I posted on Team Jo Jo recently that there is no where to go but forward.  A deeply true statement in the literal sense however this interruption has stunted my movement.  I am learning to walk this journey again, in a new and different way, not better or worse, just different.  I am seeing fear in my blue eyes, in the eyes of my children, my husband, my family, my friends.  We all took a bit of a beating with this one, I think it's going to take a quick minute to settle down again.  My hope is that we can learn and grow from it together in order to be better equipped to face the next interruption, the next detour a little more calmly, a little more rationally.  I don't know whom I'm kidding, I am a strong willed, loud, emotional Italian who doesn't like being told what to do!  Chances are the next interruption will be just as shocking as this one was and I will be cursing, crying and and hollering all at the same time.  

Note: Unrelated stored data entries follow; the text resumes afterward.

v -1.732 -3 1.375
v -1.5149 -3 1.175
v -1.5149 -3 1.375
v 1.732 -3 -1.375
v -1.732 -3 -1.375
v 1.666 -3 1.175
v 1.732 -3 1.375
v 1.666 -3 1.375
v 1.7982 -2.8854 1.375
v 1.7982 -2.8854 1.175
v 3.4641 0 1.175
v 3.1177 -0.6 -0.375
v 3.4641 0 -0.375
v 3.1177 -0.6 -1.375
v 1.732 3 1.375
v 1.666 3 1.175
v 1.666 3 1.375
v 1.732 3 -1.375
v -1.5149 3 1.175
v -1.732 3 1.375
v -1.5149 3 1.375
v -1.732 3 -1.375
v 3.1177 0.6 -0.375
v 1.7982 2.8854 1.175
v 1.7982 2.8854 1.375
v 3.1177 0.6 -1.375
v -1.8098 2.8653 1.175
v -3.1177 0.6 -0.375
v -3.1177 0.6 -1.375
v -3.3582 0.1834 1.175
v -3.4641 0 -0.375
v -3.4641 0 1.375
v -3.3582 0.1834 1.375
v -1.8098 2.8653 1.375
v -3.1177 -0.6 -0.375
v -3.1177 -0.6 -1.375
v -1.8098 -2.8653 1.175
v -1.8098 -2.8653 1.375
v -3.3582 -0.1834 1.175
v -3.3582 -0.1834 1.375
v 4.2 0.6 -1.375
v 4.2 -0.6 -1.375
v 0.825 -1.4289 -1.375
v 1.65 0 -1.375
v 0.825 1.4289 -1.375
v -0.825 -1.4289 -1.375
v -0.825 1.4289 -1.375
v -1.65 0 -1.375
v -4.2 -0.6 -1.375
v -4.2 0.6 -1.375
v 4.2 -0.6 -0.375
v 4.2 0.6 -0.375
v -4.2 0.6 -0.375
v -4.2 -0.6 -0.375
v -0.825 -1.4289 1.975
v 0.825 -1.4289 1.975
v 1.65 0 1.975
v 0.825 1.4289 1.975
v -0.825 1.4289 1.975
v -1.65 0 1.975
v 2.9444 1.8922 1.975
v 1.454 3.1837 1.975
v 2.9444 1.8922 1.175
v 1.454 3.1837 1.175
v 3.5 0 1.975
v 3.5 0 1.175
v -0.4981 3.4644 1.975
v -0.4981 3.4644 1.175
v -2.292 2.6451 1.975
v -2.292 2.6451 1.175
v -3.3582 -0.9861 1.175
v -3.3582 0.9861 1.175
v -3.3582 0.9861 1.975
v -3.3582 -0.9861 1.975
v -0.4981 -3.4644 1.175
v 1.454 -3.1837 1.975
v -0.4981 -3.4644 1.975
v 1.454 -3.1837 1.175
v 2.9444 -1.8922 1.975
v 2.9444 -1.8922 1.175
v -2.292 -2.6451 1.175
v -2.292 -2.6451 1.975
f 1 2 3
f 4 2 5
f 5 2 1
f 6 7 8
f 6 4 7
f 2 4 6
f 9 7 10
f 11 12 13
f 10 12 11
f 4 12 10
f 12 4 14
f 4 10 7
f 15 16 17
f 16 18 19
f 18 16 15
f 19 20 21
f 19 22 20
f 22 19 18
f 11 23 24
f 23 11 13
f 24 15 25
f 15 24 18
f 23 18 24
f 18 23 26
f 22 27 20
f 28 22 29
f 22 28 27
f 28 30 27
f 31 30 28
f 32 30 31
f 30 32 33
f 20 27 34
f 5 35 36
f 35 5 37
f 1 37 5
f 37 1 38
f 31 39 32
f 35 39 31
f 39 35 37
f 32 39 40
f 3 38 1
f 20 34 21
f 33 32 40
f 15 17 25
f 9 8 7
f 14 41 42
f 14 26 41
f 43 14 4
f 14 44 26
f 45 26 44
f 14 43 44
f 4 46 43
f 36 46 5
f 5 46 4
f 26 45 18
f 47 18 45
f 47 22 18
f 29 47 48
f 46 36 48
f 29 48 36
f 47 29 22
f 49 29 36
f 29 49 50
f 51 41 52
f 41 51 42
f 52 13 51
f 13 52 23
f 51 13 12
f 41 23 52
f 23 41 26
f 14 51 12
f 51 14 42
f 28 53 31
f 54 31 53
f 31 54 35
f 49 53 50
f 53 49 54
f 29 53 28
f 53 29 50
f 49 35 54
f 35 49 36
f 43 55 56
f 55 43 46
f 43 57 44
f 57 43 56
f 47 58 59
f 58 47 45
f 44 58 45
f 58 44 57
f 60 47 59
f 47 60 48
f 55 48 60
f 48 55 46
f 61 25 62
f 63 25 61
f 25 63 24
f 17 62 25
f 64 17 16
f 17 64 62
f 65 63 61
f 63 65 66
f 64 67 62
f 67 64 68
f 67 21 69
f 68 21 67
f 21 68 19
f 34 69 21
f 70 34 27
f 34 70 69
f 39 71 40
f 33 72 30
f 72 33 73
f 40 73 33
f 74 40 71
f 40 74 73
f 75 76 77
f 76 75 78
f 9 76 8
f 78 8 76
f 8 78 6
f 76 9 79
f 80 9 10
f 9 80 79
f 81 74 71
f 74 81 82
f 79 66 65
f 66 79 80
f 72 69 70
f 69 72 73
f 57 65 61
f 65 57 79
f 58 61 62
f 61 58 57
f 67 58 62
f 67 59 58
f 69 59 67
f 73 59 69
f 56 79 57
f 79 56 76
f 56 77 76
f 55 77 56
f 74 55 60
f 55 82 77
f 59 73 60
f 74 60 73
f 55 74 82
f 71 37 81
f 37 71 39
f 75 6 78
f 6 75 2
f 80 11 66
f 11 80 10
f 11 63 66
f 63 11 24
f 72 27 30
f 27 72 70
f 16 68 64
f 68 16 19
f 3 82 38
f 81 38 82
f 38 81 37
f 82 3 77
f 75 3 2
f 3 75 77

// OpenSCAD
// Parameters
screw_diameter = 3.0; //[1.5:6.0:0.1]
hole_clearance = 0.3; //[0.0:0.8:0.05]
across_flats = 6.0; //[3.0:12.0:0.1]
thickness = 2.75; //[1.4:5.5:0.05]
t_slot_channel_width = 8.0; //[4.0:16.0:0.1]
t_slot_channel_depth = 6.0; //[3.0:12.0:0.1]
t_slot_lip_opening = 6.2; //[3.0:12.0:0.1]
retention_wing_thickness = 1.2; //[0.6:2.4:0.05]
retention_wing_height = 1.0; //[0.5:2.0:0.05]
retention_wing_length = 1.2; //[0.6:2.4:0.05]
lead_in_chamfer = 0.6; //[0.2:1.5:0.05]
overlap = 0.8; //[0.2:2.0:0.1]
washer_outer_diameter = 7.0; //[4.0:14.0:0.1]
washer_thickness = 0.8; //[0.4:2.0:0.05]
nut_and_washer_gap = 0.6; //[0.0:3.0:0.1]

// Nut and Washer - complete geometry
module nut_and_washer() {
  color("DimGray") {
    // Hex body
    difference() {
      union() {
        // Hex profile
        translate([0, 0, 0])
          cylinder(r=across_flats/(2*cos(30)), h=thickness, center=true, $fn=6);
        
        // Retention wings
        translate([across_flats/2 + (retention_wing_length + overlap)/2 - overlap, 0, -thickness/2 + retention_wing_height/2])
          cube([retention_wing_length + overlap, retention_wing_thickness, retention_wing_height], center=true);
        translate([-(across_flats/2 + (retention_wing_length + overlap)/2 - overlap), 0, -thickness/2 + retention_wing_height/2])
          cube([retention_wing_length + overlap, retention_wing_thickness, retention_wing_height], center=true);
      }
      
      // Lead-in chamfers
      translate([across_flats/2 - lead_in_chamfer/2, across_flats/2 - lead_in_chamfer/2, 0])
        cube([lead_in_chamfer, lead_in_chamfer, thickness + 2*overlap], center=true);
      translate([-(across_flats/2 - lead_in_chamfer/2), across_flats/2 - lead_in_chamfer/2, 0])
        cube([lead_in_chamfer, lead_in_chamfer, thickness + 2*overlap], center=true);
      translate([across_flats/2 - lead_in_chamfer/2, -(across_flats/2 - lead_in_chamfer/2), 0])
        cube([lead_in_chamfer, lead_in_chamfer, thickness + 2*overlap], center=true);
      translate([-(across_flats/2 - lead_in_chamfer/2), -(across_flats/2 - lead_in_chamfer/2), 0])
        cube([lead_in_chamfer, lead_in_chamfer, thickness + 2*overlap], center=true);
      
      // Central screw hole
      translate([0, 0, 0])
        cylinder(r=(screw_diameter + hole_clearance)/2, h=thickness + 2*overlap, center=true);
    }
  }
  
  // Washer
  color("Silver") {
    difference() {
      translate([0, 0, thickness/2 + nut_and_washer_gap + washer_thickness/2 - overlap])
        cylinder(r=washer_outer_diameter/2, h=washer_thickness, center=true);
      translate([0, 0, thickness/2 + nut_and_washer_gap + washer_thickness/2 - overlap])
        cylinder(r=(screw_diameter + hole_clearance)/2, h=washer_thickness + 2*overlap, center=true);
    }
  }
}

// Assembly
module assembly() {
  nut_and_washer();
}

assembly();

While all of these blurry days were fading one into the next for me, something remarkable was happening around us as a family.  I am once again reminded of the kindness of others, our family and friends, our community, FB friends, and even strangers.  A circle of love was quietly, deftly, and swiftly draped around us, it was immensely powerful.  I don't think anyone knew how hard John and I were leaning on this circle, we still are keeping it as our crutch.  From meals, messages, fundraisers, chauffeurs, hugs, kisses, kleenex, and strolls, you each carried us on your shoulders as we fell off our path for sometime.  We still are stumbling, a bit drunkenly and we know that you will be right here to catch us when we trip.  We have so many angels with us on earth and above that I can't help but feel less alone.  This brings me a sense of peace.

On August 1st, I will begin my third line of treatment - Affinitor and Aromasin.  I tell myself these pills will do their job and close the cancer pathway once again.  I am back to nightly meditation, acupuncture, healing touch and reiki, hypnosis, and daily exercise (if you can call it that) to enhance my conventional meds.  I am working on the foods I eat, I've changed so much in that respect but will never claim to be perfect.  I am a work in progress on that front.  I am in the process of looking for a naturopath to add to my care team to even further treat my disease.  I will continue to work on strengthening my Faith in God, reminding myself that He doesn't promise we won't suffer but promises that He will be with us along the way.   I have a new mantra I use often and is literally posted throughout my house "My body is full of rich and healthy cells". I have begun reading Radical Remission - slowly - but I am doing it.   I pray often not only to God but I talk with my parents and now my sweet Aunt who taught me what true Faith and strength look like everyday.  If only I can have 1/10 of her will, I would be forever grateful.  I have often said every cancer diagnosis should come with a personal secretary so please know I am trying hard to manage my messages and appointments. I get a little foggy, a little forgetful, but in my heart I am always thankful and filled with gratitude.  

For now, I will heal, I will shine, I will THRIVE once again for there is no alternative I will accept.  Cherish your days, your moments, even the little mundane things for you never really know when things will get turned upside down.  With the greatest of love and warmest wishes the saga will continue.  Let's meet again soon my friends!